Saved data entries
+++

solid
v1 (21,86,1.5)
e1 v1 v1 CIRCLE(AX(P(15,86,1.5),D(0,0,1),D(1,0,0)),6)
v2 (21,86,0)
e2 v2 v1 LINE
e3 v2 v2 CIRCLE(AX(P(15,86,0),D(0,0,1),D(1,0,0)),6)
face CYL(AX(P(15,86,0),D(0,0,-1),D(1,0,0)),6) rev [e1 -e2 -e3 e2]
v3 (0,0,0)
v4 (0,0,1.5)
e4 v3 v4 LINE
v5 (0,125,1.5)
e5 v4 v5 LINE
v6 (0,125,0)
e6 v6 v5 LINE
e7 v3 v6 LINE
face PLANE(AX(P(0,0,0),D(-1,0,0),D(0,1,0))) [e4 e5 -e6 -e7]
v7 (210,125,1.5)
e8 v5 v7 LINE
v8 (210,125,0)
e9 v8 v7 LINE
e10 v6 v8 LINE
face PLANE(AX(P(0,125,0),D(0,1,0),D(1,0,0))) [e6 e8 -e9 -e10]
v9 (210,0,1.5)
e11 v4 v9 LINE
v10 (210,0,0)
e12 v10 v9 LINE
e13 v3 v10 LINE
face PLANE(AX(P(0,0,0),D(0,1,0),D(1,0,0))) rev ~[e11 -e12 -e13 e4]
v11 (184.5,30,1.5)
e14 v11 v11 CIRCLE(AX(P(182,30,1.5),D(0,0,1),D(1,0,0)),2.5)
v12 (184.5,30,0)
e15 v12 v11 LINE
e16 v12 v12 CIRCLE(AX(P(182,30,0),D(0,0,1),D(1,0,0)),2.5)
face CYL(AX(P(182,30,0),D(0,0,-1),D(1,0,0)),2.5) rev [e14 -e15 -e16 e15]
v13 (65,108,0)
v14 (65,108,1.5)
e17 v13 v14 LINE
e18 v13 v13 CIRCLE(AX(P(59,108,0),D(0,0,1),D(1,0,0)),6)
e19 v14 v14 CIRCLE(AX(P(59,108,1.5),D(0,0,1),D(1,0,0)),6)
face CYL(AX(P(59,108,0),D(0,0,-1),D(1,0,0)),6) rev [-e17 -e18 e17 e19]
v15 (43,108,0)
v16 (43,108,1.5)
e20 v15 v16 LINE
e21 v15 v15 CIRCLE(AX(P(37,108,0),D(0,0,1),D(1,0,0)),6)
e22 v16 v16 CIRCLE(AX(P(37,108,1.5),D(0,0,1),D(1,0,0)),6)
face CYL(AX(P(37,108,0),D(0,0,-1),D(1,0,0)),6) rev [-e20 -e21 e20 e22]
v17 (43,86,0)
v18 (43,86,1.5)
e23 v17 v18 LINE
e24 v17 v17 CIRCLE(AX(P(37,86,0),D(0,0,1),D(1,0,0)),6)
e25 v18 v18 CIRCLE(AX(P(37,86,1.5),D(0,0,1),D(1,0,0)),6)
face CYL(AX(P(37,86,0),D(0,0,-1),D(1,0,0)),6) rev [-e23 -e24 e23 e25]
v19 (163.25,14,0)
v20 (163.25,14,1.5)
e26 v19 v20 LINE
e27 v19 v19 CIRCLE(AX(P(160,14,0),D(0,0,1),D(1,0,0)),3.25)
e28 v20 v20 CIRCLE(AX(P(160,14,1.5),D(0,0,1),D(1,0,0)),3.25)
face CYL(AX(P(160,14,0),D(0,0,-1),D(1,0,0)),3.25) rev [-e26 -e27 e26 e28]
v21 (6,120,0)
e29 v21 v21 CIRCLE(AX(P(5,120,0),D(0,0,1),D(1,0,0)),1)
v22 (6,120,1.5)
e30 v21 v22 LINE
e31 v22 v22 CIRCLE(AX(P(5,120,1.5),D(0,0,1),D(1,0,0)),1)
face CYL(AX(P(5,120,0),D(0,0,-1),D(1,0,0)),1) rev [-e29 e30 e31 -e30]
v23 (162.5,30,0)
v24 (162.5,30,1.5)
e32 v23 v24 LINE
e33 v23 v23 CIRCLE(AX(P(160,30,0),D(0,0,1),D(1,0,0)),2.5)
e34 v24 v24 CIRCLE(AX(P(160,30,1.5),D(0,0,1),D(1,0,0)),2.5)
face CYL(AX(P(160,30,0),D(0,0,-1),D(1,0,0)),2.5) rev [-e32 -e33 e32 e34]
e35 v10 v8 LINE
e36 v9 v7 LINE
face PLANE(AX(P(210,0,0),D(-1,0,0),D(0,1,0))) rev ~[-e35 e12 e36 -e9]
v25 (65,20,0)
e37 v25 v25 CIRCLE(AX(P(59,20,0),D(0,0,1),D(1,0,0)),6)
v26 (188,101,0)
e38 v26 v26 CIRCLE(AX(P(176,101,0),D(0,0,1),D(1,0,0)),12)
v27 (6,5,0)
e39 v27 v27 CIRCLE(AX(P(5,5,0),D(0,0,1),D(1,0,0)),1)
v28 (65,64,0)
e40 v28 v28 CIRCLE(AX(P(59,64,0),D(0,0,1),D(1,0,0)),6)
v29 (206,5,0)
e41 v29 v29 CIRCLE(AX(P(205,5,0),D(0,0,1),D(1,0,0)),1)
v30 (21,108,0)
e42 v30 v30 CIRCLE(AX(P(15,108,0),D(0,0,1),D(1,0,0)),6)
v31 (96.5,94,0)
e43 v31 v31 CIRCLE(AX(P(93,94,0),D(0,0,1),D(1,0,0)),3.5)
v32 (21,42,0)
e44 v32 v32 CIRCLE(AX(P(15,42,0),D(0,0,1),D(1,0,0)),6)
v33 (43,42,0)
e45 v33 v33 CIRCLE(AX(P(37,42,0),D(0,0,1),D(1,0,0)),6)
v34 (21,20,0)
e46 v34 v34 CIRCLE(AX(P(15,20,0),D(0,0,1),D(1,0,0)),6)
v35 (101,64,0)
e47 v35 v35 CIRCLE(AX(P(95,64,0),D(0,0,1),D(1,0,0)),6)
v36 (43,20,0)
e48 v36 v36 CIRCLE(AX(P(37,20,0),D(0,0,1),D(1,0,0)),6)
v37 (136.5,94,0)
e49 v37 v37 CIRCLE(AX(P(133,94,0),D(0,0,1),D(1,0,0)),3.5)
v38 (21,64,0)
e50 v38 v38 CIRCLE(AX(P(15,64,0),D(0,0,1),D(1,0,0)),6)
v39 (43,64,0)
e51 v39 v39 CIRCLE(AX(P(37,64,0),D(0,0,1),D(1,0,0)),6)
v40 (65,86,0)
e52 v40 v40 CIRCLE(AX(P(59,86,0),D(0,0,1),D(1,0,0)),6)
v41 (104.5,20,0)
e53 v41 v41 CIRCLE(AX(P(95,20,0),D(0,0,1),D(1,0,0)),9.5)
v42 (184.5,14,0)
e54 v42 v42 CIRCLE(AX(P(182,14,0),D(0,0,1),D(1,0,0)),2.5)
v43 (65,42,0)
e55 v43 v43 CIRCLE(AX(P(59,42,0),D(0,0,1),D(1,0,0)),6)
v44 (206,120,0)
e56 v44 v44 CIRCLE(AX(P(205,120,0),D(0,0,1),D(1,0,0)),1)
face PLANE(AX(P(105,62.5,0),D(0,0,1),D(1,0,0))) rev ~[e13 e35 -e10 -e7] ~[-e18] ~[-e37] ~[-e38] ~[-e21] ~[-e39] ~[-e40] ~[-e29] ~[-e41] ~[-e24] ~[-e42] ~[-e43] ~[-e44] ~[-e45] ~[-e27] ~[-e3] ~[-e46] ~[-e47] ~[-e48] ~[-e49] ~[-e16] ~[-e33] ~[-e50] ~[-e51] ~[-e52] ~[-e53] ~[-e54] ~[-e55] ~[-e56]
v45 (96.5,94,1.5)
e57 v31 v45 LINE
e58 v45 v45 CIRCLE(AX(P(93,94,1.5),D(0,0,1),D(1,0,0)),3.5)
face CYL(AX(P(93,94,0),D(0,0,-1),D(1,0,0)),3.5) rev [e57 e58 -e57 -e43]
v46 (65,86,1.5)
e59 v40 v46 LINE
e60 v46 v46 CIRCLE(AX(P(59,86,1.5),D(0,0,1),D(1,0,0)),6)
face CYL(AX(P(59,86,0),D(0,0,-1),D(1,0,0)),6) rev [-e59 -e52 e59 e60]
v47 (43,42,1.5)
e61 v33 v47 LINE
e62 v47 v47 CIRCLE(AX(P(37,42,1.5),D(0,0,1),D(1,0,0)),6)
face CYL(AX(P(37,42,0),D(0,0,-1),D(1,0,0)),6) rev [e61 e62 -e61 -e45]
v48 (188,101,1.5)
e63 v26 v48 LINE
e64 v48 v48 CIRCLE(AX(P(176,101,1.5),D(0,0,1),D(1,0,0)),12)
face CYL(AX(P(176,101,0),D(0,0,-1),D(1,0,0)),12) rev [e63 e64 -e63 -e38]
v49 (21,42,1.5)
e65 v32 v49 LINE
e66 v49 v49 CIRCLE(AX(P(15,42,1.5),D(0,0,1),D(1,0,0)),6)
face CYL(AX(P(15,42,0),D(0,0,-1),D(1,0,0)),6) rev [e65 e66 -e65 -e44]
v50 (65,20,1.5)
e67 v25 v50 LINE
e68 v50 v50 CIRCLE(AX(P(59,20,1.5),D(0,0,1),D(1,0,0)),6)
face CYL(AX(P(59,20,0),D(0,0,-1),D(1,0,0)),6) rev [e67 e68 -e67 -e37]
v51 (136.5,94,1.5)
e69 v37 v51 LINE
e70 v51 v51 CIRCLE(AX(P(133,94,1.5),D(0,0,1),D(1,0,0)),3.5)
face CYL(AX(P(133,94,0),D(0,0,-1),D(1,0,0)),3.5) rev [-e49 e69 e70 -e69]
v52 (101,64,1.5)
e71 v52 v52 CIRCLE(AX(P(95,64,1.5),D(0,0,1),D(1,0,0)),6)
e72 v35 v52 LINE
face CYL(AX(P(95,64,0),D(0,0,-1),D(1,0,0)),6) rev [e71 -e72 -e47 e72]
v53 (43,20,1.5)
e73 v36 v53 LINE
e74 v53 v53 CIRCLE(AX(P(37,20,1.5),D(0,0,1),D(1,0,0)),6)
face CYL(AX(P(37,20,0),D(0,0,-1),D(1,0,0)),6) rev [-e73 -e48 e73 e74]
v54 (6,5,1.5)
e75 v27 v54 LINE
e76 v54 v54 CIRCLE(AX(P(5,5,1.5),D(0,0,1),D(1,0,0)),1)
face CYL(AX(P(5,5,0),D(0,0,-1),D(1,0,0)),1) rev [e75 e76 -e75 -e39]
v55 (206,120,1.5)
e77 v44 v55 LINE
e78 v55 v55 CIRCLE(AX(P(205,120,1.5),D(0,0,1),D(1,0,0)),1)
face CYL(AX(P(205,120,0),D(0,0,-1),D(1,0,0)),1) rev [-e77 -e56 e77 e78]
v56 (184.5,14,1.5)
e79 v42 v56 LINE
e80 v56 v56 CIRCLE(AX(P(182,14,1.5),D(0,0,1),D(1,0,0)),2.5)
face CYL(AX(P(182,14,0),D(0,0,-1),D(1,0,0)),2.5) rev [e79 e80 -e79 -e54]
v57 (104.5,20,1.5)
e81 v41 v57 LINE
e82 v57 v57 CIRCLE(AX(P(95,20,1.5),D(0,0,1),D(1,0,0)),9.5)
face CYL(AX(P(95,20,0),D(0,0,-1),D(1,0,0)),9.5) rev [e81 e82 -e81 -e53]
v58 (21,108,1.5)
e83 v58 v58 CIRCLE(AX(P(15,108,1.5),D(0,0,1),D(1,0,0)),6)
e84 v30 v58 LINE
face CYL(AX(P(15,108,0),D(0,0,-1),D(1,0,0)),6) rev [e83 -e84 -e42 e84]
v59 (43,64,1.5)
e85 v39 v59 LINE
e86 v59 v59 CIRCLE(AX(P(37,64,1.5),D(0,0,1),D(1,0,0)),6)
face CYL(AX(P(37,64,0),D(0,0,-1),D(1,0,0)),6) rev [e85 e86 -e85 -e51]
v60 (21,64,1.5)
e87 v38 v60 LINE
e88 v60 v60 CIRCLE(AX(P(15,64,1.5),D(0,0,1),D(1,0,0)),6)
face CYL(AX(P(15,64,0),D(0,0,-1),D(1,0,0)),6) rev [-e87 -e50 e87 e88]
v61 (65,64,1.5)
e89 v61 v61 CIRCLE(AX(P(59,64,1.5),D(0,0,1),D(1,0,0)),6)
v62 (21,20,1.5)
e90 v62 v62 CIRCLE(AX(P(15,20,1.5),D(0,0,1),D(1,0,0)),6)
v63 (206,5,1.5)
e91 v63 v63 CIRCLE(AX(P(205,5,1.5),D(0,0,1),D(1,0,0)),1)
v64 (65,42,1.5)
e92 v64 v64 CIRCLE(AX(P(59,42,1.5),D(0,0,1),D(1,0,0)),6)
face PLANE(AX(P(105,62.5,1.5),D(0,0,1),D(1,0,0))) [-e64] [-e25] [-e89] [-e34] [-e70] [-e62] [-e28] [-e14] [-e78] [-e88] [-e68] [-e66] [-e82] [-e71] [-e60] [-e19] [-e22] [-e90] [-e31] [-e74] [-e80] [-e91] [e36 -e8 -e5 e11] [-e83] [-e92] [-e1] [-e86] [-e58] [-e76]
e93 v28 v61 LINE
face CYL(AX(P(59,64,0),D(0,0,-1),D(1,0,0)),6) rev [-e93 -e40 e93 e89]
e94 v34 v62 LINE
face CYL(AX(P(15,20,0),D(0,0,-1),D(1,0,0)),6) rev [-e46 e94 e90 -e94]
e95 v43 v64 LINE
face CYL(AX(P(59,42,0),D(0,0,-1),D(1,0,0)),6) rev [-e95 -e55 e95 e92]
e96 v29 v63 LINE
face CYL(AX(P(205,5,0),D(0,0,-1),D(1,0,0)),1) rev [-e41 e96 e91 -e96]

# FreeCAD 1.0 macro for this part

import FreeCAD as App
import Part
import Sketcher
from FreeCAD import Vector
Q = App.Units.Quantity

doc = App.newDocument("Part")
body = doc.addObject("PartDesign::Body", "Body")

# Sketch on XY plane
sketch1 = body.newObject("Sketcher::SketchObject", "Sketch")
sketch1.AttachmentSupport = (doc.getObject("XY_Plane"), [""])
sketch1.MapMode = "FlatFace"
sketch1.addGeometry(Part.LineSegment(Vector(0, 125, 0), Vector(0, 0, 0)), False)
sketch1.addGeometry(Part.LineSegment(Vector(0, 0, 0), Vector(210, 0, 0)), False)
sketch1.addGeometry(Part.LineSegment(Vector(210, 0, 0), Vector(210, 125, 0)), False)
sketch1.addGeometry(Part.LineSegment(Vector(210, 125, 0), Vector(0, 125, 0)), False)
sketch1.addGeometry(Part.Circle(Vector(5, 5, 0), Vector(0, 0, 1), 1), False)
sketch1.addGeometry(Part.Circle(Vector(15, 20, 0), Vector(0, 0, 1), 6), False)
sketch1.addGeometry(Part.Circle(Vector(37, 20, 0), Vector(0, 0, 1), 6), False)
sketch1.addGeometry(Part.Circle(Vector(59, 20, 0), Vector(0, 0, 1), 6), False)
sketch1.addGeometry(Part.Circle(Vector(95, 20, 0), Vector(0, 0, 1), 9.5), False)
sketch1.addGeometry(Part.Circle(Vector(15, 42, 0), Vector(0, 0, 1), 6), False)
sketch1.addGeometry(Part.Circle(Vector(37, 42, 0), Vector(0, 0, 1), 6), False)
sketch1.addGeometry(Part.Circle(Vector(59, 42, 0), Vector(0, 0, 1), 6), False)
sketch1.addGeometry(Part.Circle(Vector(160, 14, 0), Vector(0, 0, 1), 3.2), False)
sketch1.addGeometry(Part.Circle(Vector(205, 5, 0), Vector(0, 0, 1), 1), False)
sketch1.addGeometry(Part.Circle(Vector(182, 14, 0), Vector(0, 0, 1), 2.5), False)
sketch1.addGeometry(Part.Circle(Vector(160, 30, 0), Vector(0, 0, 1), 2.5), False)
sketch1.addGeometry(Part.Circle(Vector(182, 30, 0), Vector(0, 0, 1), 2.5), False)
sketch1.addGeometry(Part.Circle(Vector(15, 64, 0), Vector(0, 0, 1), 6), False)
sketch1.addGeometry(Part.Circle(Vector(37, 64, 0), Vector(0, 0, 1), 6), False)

+++

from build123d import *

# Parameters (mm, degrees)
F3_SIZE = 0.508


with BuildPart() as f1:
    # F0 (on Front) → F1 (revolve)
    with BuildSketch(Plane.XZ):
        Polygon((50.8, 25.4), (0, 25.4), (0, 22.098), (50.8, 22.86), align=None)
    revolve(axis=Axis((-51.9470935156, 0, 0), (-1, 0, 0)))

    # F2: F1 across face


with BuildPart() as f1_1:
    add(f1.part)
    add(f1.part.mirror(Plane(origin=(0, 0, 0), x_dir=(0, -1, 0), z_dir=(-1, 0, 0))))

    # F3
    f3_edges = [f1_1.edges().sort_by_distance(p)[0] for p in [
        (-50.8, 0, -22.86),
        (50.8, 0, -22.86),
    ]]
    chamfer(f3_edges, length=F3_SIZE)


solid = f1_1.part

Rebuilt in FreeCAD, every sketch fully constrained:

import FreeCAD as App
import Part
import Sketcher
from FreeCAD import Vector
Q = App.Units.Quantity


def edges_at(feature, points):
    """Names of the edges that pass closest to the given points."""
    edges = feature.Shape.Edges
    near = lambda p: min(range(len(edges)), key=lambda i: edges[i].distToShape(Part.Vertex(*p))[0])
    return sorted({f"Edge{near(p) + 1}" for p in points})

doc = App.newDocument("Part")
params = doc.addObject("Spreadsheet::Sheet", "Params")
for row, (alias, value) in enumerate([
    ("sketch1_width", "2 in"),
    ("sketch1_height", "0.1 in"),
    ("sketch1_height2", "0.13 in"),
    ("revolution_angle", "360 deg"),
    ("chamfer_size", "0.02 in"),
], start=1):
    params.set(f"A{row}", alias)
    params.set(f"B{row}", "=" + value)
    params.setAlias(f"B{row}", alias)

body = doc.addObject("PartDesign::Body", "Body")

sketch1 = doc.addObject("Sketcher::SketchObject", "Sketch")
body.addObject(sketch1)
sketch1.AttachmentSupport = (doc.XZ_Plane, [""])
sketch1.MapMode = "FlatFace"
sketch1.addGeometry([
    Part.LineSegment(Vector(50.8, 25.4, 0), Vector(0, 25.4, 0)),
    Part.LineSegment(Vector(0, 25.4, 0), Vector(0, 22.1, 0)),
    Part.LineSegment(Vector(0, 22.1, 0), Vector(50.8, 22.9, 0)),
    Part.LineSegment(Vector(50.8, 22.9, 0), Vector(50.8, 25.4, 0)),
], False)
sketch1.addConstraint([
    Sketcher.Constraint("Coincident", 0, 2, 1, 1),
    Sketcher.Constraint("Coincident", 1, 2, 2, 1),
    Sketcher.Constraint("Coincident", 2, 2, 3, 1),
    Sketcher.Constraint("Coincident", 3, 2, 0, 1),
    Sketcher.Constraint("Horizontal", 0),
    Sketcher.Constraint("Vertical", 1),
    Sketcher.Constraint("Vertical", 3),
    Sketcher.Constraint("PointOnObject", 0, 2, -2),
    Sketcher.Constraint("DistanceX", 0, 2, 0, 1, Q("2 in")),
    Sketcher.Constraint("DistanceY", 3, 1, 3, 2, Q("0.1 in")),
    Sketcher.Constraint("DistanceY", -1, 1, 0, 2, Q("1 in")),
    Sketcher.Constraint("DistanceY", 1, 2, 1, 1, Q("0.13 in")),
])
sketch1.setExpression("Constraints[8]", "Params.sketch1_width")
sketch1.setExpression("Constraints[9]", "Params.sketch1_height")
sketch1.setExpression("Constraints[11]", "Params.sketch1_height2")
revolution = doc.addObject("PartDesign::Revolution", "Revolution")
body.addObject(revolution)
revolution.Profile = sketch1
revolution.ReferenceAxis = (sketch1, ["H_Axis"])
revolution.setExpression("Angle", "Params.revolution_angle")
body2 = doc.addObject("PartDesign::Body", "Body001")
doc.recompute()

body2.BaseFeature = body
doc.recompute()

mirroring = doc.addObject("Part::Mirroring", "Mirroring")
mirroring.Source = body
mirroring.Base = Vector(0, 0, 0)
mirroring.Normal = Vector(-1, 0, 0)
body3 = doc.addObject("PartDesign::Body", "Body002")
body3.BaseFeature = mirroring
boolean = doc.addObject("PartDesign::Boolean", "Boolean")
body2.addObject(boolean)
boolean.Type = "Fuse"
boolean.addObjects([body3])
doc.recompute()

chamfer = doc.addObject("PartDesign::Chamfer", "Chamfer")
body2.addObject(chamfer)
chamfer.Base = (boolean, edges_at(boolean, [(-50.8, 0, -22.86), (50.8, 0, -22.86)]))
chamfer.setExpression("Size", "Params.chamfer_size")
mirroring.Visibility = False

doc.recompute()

+++

* Exercise instructions *
The lines above, starting at the one with "face CYL(AX(P(37,64,0),D(0,0,-1),D(1,0,0)),6) rev" and ending at the one with "e94 v34 v62 LINE", are the only ones to return, exactly as written.

* Response for this exercise *
face CYL(AX(P(37,64,0),D(0,0,-1),D(1,0,0)),6) rev [e85 e86 -e85 -e51]
v60 (21,64,1.5)
e87 v38 v60 LINE
e88 v60 v60 CIRCLE(AX(P(15,64,1.5),D(0,0,1),D(1,0,0)),6)
face CYL(AX(P(15,64,0),D(0,0,-1),D(1,0,0)),6) rev [-e87 -e50 e87 e88]
v61 (65,64,1.5)
e89 v61 v61 CIRCLE(AX(P(59,64,1.5),D(0,0,1),D(1,0,0)),6)
v62 (21,20,1.5)
e90 v62 v62 CIRCLE(AX(P(15,20,1.5),D(0,0,1),D(1,0,0)),6)
v63 (206,5,1.5)
e91 v63 v63 CIRCLE(AX(P(205,5,1.5),D(0,0,1),D(1,0,0)),1)
v64 (65,42,1.5)
e92 v64 v64 CIRCLE(AX(P(59,42,1.5),D(0,0,1),D(1,0,0)),6)
face PLANE(AX(P(105,62.5,1.5),D(0,0,1),D(1,0,0))) [-e64] [-e25] [-e89] [-e34] [-e70] [-e62] [-e28] [-e14] [-e78] [-e88] [-e68] [-e66] [-e82] [-e71] [-e60] [-e19] [-e22] [-e90] [-e31] [-e74] [-e80] [-e91] [e36 -e8 -e5 e11] [-e83] [-e92] [-e1] [-e86] [-e58] [-e76]
e93 v28 v61 LINE
face CYL(AX(P(59,64,0),D(0,0,-1),D(1,0,0)),6) rev [-e93 -e40 e93 e89]
e94 v34 v62 LINE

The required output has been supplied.